Oral arguments were heard during the 2006–2007 term of the Supreme Court with advocates addressing Justices including John G. Roberts, Antonin Scalia, Ruth Bader Ginsburg, Stephen Breyer, and David Souter. Counsel for the petitioners emphasized principles from cases such as Lambert v. Yellowley and relied on statutory text and legislative history from the 1973 enactment of the Endangered Species Act. Counsel for the respondents invoked precedents interpreting the scope of federal environmental statutes and administrative consultation obligations, citing decisions from the D.C. Circuit and lower courts. The arguments probed separation of powers concerns, the role of agency expertise, and international comity implications involving foreign relations.
Justice Antonin Scalia authored the majority opinion, joined by Chief Justice John Roberts and Justices Anthony Kennedy, Clarence Thomas, and Samuel Alito. The majority applied the presumption against extraterritorial application of federal statutes, concluded that the ESA’s text lacked an express statement extending Section 7 beyond the United States and its territories, and declined to afford deference under Chevron U.S.A., Inc. v. Natural Resources Defense Council, Inc.. Justice John Paul Stevens wrote the principal dissent, joined by Justices David Souter, Ruth Bader Ginsburg, and Stephen Breyer, arguing that the statutory language is sufficiently broad to cover agency activities wherever they occur and emphasizing the ESA’s protective purposes and prior administrative practice. The dissent criticized the majority’s approach to statutory construction and its potential to undermine environmental protection for transboundary species.

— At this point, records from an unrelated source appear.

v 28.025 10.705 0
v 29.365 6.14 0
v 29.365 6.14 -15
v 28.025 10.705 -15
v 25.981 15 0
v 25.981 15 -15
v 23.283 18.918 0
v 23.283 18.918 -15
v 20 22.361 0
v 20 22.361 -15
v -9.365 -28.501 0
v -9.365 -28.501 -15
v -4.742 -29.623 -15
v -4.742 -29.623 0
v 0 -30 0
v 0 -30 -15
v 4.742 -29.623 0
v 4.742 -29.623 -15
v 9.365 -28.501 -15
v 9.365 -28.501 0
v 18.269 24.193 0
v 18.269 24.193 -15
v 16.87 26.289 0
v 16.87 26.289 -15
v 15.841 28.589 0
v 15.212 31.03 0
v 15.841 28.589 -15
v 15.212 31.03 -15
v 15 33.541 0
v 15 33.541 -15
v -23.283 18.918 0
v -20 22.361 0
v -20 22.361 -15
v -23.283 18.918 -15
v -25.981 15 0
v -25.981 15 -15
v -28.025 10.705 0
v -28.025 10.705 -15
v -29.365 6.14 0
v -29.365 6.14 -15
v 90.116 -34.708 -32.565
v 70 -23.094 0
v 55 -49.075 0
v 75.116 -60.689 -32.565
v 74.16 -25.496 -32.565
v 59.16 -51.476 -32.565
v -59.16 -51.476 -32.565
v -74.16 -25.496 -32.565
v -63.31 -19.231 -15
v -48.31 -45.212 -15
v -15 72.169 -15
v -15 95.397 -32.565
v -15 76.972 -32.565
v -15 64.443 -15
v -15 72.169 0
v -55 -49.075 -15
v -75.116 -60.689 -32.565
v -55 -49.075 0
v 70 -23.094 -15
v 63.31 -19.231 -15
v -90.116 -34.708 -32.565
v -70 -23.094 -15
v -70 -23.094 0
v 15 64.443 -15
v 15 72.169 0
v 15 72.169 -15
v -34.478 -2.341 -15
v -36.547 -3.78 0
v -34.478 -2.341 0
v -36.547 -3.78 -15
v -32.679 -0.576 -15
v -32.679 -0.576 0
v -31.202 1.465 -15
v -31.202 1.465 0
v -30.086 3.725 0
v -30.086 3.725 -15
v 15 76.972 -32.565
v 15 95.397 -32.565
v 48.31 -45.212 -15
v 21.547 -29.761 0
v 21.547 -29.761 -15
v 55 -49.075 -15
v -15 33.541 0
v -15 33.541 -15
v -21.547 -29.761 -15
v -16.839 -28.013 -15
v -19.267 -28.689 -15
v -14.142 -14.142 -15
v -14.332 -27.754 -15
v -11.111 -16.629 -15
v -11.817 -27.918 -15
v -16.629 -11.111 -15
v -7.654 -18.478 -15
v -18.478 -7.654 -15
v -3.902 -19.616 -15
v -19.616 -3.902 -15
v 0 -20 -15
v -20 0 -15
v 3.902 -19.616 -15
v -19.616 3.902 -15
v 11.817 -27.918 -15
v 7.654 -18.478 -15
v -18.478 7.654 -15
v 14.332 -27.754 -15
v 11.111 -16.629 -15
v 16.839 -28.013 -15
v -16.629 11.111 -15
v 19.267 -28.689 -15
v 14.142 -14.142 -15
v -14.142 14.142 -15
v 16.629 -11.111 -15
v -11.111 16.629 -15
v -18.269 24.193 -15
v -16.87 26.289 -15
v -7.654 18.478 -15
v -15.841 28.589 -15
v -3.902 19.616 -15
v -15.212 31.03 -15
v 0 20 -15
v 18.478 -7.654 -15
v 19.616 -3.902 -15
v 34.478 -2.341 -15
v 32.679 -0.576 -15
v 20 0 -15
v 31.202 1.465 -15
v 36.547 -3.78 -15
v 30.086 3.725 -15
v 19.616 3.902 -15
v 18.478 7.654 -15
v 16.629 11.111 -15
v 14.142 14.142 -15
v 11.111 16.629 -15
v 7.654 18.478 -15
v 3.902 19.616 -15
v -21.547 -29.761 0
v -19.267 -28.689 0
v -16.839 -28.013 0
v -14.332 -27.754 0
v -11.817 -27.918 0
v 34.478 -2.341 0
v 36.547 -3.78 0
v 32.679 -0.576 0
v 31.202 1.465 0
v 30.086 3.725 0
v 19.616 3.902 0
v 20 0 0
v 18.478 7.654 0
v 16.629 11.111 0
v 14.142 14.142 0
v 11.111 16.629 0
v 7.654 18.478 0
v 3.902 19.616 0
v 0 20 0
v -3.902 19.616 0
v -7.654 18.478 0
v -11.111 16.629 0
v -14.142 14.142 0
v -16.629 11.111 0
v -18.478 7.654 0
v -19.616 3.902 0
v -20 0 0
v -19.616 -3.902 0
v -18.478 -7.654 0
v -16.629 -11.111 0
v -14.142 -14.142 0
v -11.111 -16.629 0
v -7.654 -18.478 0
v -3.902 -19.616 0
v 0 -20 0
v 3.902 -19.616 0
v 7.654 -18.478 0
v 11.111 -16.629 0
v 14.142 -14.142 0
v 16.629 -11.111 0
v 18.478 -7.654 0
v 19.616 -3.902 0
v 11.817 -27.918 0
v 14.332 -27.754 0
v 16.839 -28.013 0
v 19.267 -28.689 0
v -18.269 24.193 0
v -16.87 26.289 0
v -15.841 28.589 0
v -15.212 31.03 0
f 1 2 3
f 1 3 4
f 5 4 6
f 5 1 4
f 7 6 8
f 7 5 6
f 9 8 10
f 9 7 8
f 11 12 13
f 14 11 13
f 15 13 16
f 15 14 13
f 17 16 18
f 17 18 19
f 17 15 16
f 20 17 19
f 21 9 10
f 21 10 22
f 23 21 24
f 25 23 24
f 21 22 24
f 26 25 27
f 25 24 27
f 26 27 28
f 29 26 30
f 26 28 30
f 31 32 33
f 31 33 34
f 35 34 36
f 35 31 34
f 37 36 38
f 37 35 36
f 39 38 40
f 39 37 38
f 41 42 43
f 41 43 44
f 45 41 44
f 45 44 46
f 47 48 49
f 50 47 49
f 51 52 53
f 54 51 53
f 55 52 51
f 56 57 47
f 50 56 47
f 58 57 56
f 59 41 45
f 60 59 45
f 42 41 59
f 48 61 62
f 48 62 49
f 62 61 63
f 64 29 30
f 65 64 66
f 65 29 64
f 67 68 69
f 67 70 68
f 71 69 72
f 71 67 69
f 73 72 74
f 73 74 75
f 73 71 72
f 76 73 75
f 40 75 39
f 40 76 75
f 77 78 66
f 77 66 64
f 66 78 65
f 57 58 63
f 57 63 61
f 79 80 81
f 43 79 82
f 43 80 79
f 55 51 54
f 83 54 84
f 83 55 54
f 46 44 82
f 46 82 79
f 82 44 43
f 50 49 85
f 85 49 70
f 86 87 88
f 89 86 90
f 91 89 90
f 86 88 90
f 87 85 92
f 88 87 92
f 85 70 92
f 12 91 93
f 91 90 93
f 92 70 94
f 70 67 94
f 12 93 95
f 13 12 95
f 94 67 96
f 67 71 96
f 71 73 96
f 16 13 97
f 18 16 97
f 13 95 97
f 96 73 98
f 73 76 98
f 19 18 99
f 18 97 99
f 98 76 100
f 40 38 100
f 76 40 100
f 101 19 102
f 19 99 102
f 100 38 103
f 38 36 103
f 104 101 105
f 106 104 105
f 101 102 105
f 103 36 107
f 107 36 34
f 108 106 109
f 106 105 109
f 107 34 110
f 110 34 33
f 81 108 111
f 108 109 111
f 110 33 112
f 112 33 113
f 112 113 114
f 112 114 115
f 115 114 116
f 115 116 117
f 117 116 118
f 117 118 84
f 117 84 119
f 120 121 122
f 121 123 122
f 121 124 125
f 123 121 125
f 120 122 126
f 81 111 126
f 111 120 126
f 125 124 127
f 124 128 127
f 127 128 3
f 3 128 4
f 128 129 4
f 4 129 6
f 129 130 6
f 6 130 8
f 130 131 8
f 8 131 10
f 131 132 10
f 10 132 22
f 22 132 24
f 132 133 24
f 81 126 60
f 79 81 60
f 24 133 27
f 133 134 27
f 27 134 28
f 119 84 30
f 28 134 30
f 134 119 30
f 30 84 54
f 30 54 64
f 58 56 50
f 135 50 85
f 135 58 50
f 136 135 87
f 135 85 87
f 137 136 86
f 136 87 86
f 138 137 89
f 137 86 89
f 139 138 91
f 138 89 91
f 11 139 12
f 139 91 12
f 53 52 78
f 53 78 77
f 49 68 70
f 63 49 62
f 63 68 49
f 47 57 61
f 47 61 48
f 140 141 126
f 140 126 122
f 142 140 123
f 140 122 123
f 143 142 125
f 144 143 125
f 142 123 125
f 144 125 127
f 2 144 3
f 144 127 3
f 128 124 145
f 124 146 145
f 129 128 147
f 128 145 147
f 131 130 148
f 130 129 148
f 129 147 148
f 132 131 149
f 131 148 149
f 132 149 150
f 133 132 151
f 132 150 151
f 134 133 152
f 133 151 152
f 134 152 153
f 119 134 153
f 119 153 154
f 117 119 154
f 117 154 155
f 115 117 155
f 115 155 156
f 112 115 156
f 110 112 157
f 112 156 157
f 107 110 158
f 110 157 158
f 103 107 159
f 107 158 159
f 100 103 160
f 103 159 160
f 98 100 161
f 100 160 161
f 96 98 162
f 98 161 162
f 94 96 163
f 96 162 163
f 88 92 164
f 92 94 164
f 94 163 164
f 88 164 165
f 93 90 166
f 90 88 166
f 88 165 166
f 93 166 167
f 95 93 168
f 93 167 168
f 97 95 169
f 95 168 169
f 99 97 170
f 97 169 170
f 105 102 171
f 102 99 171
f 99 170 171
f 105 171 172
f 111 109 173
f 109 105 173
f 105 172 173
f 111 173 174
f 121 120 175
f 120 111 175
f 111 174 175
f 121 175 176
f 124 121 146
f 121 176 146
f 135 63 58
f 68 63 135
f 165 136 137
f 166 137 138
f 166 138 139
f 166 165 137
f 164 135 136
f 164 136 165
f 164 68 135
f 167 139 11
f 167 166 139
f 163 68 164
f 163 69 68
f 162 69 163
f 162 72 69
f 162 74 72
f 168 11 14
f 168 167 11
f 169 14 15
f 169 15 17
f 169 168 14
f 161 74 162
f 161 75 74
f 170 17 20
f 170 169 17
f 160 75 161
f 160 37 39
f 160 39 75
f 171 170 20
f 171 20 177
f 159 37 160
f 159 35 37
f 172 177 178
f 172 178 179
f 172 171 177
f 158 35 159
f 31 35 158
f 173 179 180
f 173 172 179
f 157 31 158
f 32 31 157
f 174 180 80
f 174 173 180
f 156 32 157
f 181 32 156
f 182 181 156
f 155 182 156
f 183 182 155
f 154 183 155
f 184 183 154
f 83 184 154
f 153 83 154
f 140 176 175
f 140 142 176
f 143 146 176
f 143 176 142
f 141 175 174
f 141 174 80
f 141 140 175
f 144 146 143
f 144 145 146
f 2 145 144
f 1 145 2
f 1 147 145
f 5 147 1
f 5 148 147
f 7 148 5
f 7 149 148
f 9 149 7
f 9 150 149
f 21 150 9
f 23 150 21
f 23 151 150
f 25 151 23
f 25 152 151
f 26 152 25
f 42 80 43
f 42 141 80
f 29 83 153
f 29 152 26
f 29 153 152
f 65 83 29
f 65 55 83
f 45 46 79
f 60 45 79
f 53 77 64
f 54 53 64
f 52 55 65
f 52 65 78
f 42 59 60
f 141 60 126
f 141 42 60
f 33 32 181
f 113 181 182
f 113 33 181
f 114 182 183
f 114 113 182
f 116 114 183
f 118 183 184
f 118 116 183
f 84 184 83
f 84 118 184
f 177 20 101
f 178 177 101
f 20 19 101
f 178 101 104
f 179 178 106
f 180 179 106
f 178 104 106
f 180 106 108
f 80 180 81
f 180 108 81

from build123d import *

# Parameters (mm, degrees)
F0_R     = 20
F1_DEPTH = 15
F2_R     = 15
F4_DEPTH = 30
F6_COUNT = 3


with BuildPart() as f1:
    # F0 (on Top) → F1 (new body)
    with BuildSketch(Plane.XY):
        with BuildLine():
            Line((-55, -49.0747728811), (-15, -25.9807621135))
            ThreePointArc((-15, -25.9807621135), (0, -30), (15, -25.9807621135))
            Line((15, -25.9807621135), (55, -49.0747728811))
            Line((55, -49.0747728811), (70, -23.0940107676))
            Line((70, -23.0940107676), (30, 0))
            ThreePointArc((30, 0), (25.9807621135, 15), (15, 25.9807621135))
            Line((15, 25.9807621135), (15, 72.1687836487))
            Line((15, 72.1687836487), (-15, 72.1687836487))
            Line((-15, 72.1687836487), (-15, 25.9807621135))
            ThreePointArc((-15, 25.9807621135), (-25.9807621135, 15), (-30, 0))
            Line((-30, 0), (-70, -23.0940107676))
            Line((-70, -23.0940107676), (-55, -49.0747728811))
        make_face()
        Circle(F0_R, mode=Mode.SUBTRACT)
    extrude(amount=-F1_DEPTH)

    # F2
    f2_edges = [f1.edges().sort_by_distance(p)[0] for p in [
        (-15, 25.980762, -7.5),
        (-30, 0, -7.5),
        (-15, -25.980762, -7.5),
        (15, -25.980762, -7.5),
        (15, 25.980762, -7.5),
        (30, 0, -7.5),
    ]]
    fillet(f2_edges, radius=F2_R)

    # F3 (on face) → F4 (join, through all)
    with BuildSketch(Plane(origin=(7.5, -12.9903810568, 0), x_dir=(0.8660254038, 0.5, 0), z_dir=(0.5, -0.8660254038, 0))):
        Polygon((-72.1687836487, -15), (-72.1687836487, 0), (-95.3969018771, -32.5646207343), (-76.9719982096, -32.5646207343), (-64.4432759996, -15), align=None)
    extrude(amount=-F4_DEPTH)

    # F6: F1 ×3 about axis
    f6_axis = Axis((0, 0, 0.5822554231), (0, 0, -1))


with BuildPart() as f1_1:
    add(f1.part)
    for i in range(1, F6_COUNT):
        add(f1.part.rotate(f6_axis, i * 360 / F6_COUNT))


solid = f1_1.part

The decision narrowed the extraterritorial reach of the Endangered Species Act of 1973 and affected the operational obligations of finance agencies such as the Export-Import Bank and Overseas Private Investment Corporation—the latter later succeeded by the U.S. International Development Finance Corporation. Environmental organizations including Defenders of Wildlife and the Natural Resources Defense Council reassessed litigation strategies and sought legislative responses from the United States Congress; proposed amendments to the Endangered Species Act were discussed but not enacted in the immediate aftermath. The ruling influenced subsequent administrative practice, federal agency manuals, and academic commentary in journals such as the Harvard Environmental Law Review and the Columbia Law Review, and it was cited in later cases addressing extraterritoriality doctrines including Morrison v. National Australia Bank Ltd.-related litigation and statutory interpretation disputes in circuits such as the Second Circuit and the Ninth Circuit. The case remains a touchstone in debates among organizations like the Sierra Club, the U.S. Chamber of Commerce, and the American Bar Association over balancing environmental protection, international investment, and administrative reach.